Comment on page
Setting an experiment budget
Setting an experiment budget is essential to the efficiency and efficacy of your SigOpt experiment.
- Setting a budget informs the optimizer about how to trade off between exploring the hyperparameter space and exploiting the information it already has to resolve the global optimum.
- SigOpt’s optimizer expects the budget you set to be the minimum number of observations you will report.
- You may continue to report runs beyond the original budget. In this case, SigOpt will continue to provide run suggestions. However, SigOpt will assume that the next sample will always be the last one, and provide solutions that will be exploitative in nature.

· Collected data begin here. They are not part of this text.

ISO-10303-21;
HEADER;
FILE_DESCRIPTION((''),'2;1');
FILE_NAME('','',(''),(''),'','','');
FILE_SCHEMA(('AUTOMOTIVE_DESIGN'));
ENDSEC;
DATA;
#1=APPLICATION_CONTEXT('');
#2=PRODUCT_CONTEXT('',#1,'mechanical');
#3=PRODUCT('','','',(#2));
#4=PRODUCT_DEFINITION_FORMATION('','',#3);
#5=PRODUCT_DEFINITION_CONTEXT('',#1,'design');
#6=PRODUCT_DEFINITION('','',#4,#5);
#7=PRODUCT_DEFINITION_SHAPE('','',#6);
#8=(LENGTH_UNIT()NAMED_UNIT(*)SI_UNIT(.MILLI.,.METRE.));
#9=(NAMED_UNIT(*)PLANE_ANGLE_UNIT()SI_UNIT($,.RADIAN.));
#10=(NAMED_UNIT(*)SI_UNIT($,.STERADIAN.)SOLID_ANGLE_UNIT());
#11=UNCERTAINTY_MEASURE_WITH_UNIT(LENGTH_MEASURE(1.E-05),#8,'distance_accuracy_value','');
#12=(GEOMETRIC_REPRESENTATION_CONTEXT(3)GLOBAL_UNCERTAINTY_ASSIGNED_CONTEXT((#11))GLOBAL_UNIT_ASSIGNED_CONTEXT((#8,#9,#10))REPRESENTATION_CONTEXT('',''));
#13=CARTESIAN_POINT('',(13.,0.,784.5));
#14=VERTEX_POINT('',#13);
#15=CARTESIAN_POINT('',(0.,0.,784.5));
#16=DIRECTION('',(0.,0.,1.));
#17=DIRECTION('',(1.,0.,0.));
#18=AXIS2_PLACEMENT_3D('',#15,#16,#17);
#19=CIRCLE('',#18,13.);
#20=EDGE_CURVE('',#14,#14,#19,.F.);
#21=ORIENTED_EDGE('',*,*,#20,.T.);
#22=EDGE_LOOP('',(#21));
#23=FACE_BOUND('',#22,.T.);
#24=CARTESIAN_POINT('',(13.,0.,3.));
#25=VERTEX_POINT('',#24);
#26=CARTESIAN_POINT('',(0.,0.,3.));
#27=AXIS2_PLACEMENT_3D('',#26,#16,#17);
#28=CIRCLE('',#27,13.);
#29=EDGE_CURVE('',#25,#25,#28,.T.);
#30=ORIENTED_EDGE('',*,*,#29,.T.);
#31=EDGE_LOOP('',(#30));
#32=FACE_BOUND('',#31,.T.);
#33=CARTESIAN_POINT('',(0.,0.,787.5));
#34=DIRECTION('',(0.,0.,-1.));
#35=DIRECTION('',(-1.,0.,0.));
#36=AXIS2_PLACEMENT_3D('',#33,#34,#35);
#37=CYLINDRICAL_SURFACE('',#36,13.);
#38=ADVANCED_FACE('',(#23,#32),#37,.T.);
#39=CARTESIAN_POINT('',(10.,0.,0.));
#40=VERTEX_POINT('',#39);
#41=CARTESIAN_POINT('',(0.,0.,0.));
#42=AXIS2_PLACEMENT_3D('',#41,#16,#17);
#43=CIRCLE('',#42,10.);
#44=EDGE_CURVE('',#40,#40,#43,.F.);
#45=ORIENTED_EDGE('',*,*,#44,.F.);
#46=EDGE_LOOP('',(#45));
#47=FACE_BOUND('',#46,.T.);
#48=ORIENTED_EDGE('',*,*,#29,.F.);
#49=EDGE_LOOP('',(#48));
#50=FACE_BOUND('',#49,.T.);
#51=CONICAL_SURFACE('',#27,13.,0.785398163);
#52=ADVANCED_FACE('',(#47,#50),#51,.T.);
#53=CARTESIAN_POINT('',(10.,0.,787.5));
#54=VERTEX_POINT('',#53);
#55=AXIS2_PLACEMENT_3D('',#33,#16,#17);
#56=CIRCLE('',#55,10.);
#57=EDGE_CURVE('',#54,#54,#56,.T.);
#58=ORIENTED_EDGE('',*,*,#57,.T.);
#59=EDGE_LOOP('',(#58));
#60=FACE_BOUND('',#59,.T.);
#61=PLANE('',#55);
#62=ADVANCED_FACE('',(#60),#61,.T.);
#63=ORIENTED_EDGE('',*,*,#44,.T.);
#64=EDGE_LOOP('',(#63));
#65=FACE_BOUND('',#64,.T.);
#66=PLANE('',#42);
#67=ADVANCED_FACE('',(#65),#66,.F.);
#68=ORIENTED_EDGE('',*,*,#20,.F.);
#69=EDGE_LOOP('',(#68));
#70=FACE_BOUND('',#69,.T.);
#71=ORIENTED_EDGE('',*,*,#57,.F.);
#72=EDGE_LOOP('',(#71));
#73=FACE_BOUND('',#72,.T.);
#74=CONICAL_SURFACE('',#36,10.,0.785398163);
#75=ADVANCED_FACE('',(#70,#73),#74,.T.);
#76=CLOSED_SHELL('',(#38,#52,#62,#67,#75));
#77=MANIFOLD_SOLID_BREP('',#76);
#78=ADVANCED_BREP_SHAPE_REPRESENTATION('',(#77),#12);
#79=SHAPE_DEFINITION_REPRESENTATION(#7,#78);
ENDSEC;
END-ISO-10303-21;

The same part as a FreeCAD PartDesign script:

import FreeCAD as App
import Part
import Sketcher
from FreeCAD import Vector
Q = App.Units.Quantity


def edges_at(feature, points):
    """Names of the edges that pass closest to the given points."""
    edges = feature.Shape.Edges
    near = lambda p: min(range(len(edges)), key=lambda i: edges[i].distToShape(Part.Vertex(*p))[0])
    return sorted({f"Edge{near(p) + 1}" for p in points})

doc = App.newDocument("Part")
body = doc.addObject("PartDesign::Body", "Body")

# Sketch on XY plane
sketch1 = body.newObject("Sketcher::SketchObject", "Sketch")
sketch1.AttachmentSupport = (doc.getObject("XY_Plane"), [""])
sketch1.MapMode = "FlatFace"
sketch1.addGeometry(Part.Circle(Vector(0, 0, 0), Vector(0, 0, 1), 13), False)
sketch1.addConstraint(Sketcher.Constraint("Coincident", 0, 3, -1, 1))
sketch1.addConstraint(Sketcher.Constraint("Diameter", 0, Q("26 mm")))
pad1 = body.newObject("PartDesign::Pad", "Pad")
pad1.Profile = sketch1
pad1.Length = 787.5
doc.recompute()

chamfer = body.newObject("PartDesign::Chamfer", "Chamfer")
chamfer.Base = (pad1, edges_at(pad1, [(-13, 0, 0), (-13, 0, 787.5)]))
chamfer.Size = 3

doc.recompute()
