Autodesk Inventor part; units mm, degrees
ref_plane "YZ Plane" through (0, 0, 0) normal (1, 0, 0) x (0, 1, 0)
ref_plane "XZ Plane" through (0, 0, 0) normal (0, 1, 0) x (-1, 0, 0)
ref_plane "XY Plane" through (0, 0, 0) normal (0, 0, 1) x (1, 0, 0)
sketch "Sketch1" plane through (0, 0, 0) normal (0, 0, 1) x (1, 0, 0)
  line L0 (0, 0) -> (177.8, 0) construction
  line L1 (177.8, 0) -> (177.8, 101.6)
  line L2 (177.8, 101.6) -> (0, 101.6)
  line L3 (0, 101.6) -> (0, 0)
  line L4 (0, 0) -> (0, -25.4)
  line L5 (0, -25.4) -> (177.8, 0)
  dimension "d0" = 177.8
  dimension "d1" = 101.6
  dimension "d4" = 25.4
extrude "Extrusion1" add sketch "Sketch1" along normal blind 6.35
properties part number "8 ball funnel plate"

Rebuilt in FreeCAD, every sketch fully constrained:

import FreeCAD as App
import Part
import Sketcher
Q = App.Units.Quantity


def add_polygon(sketch, points):
    """Adds a closed chain of lines whose ends are joined by coincident constraints."""
    first, n = sketch.GeometryCount, len(points)
    for a, b in zip(points, points[1:] + points[:1]):
        sketch.addGeometry(Part.LineSegment(App.Vector(*a, 0), App.Vector(*b, 0)), False)
    for i in range(n):
        sketch.addConstraint(Sketcher.Constraint("Coincident", first + i, 2, first + (i + 1) % n, 1))

doc = App.newDocument("Part")
body = doc.addObject("PartDesign::Body", "Body")

# Sketch on XY plane
sketch1 = doc.addObject("Sketcher::SketchObject", "Sketch")
body.addObject(sketch1)
sketch1.AttachmentSupport = (doc.XY_Plane, [""])
sketch1.MapMode = "FlatFace"
add_polygon(sketch1, [(0, -25.4), (177.8, 0), (177.8, 101.6), (0, 101.6)])  # lines 0-3
sketch1.addConstraint(Sketcher.Constraint("Vertical", 1))
sketch1.addConstraint(Sketcher.Constraint("Horizontal", 2))
sketch1.addConstraint(Sketcher.Constraint("Vertical", 3))
sketch1.addConstraint(Sketcher.Constraint("PointOnObject", 0, 2, -1))
sketch1.addConstraint(Sketcher.Constraint("PointOnObject", 2, 2, -2))
sketch1.addConstraint(Sketcher.Constraint("DistanceX", 2, 2, 2, 1, Q("7 in")))
sketch1.addConstraint(Sketcher.Constraint("DistanceY", 1, 1, 1, 2, Q("4 in")))
sketch1.addConstraint(Sketcher.Constraint("DistanceY", 3, 2, -1, 1, Q("1 in")))
pad1 = doc.addObject("PartDesign::Pad", "Pad")
body.addObject(pad1)
pad1.Profile = sketch1
pad1.Length = Q("0.25 in")

doc.recompute()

Choosing the correct budget can be both model and use-case dependent. We provide guidelines below that give you a feel for how the choice of observation budget is affected by other SigOpt features. These guidelines are based on empirical experiments and years of providing guidance to customers. However, these should be viewed as a starting point from which you can deviate as you become more comfortable with SigOpt. More importantly, if the guidelines below lead you to setting an observation budget of 100 but you only have enough resources or time for 50, then do 50.
Let’s define a simple SigOpt experiment as follows:
Assume that you want to set up a simple SigOpt experiment with D dimensions. We would recommend setting the budget to a number between 10D and 20D and adjusting up or down in future experiments of the same problem as you see fit.
Example: If you have a 10-dimensional hyperparameter space where all parameters are continuous (real-valued numbers/floats) or integer-valued, we recommend creating your experiment with a budget of at least 100 (10 x #parameters). This can be adjusted in future experiments when the modeler has built up an intuition about roughly how many iterations SigOpt will take to find a sufficiently high-performing hyperparameter configuration for the given problem.
Because elements of categorical parameter spaces lack cardinal and ordinal relationships, the combinatorial nature of the problem leads to a recommendation of a larger budget. To better understand how to set the budget in this context, we first need to define the categorical breadth of an experiment. The categorical breadth of your experiment is the total number of categorical values you defined across all your categorical parameters. For example, if your experiment has two categorical parameters, a first one with 4 possible values and a second one with 5 possible values, your experiment categorical breadth is 9.
Example: If you start from the baseline experiment and substitute two of the baseline parameters with categorical parameters that have a combined categorical breadth of 9, we recommend you add an additional 135 runs to your budget (15 x categorical breadth) for a total of 235 observations.
When you run a multimetric experiment, SigOpt generates an efficient Pareto frontier that trades off between the two metrics. Effectively resolving this frontier requires the algorithm underlying the optimizer to do more function evaluations than it does to optimize over one of the functions by itself.
Example: If you start from the baseline and add a second metric over which you wish to optimize via SigOpt’s multimetric feature, we then recommend that you increase your budget by at least 3x to 300 runs.
Example: If you choose to find two solutions and the rest of the experiment is defined as in the baseline, we recommend increasing the budget to 150. If you choose to find three solutions and the rest of the experiment is defined as in the baseline, we recommend increasing the budget to 200. The formula we use to arrive at these budgets is (1 + #solutions) / 2, where #solutions is the number of solutions you selected when creating the experiment.
Using conditionals parameters is of interest in the case where different branches of the conditional have different corresponding hyperparameters. A good example would be the various Stochastic Gradient Descent optimizer variants available in most deep learning frameworks, each of which may take a different set of hyperparameters. Effectively resolving a conditional experiment requires an increase in budget because the optimizer is now effectively exploring a hyperparameter space where the dimensions along which the conditional decision takes place are disjoint, and each branch may interact somewhat differently with other parameters.
Example: If you choose to update your baseline experiment and add a condition with two branches, we recommend increasing the budget to 200 (2x #conditions).
- If your goal is to use the extra compute to achieve maximum gains, multiply the baseline budget by the number of workers.
- Example: if you parallelize a baseline of 10 workers, set a budget of 1000 (budget * # num_workers).
- If your goal is to use the extra compute to get the same result in less wall_clock time, use the following formula (budget * (1 + log2(num_workers)/2))).
- Example: for that goal, still parallelizing the baseline against 10 workers, the recommended budget becomes 332 (i.e. 100 * (1 + log2(10/2))).
Example 1: If you choose to set a metric threshold and the rest of the experiment is defined as in the baseline, we recommend increasing the budget to 125 observations (1.25 x #metric thresholds x #runs). If the thresholds are set too tight, then more runs are needed.
Example 2: If you choose to set three metric constraints and the rest of the experiment is defined as in the baseline, we recommend increasing the budget to 175 runs(1.25 x #metric constraints x #runs).
Users often have prior beliefs on how metric values might behave for certain parameters; this knowledge could be derived from domain expertise, similar models trained on different datasets, or certain known structure of the problem itself. SigOpt can take advantage of these prior beliefs on parameters to make the optimization process more efficient.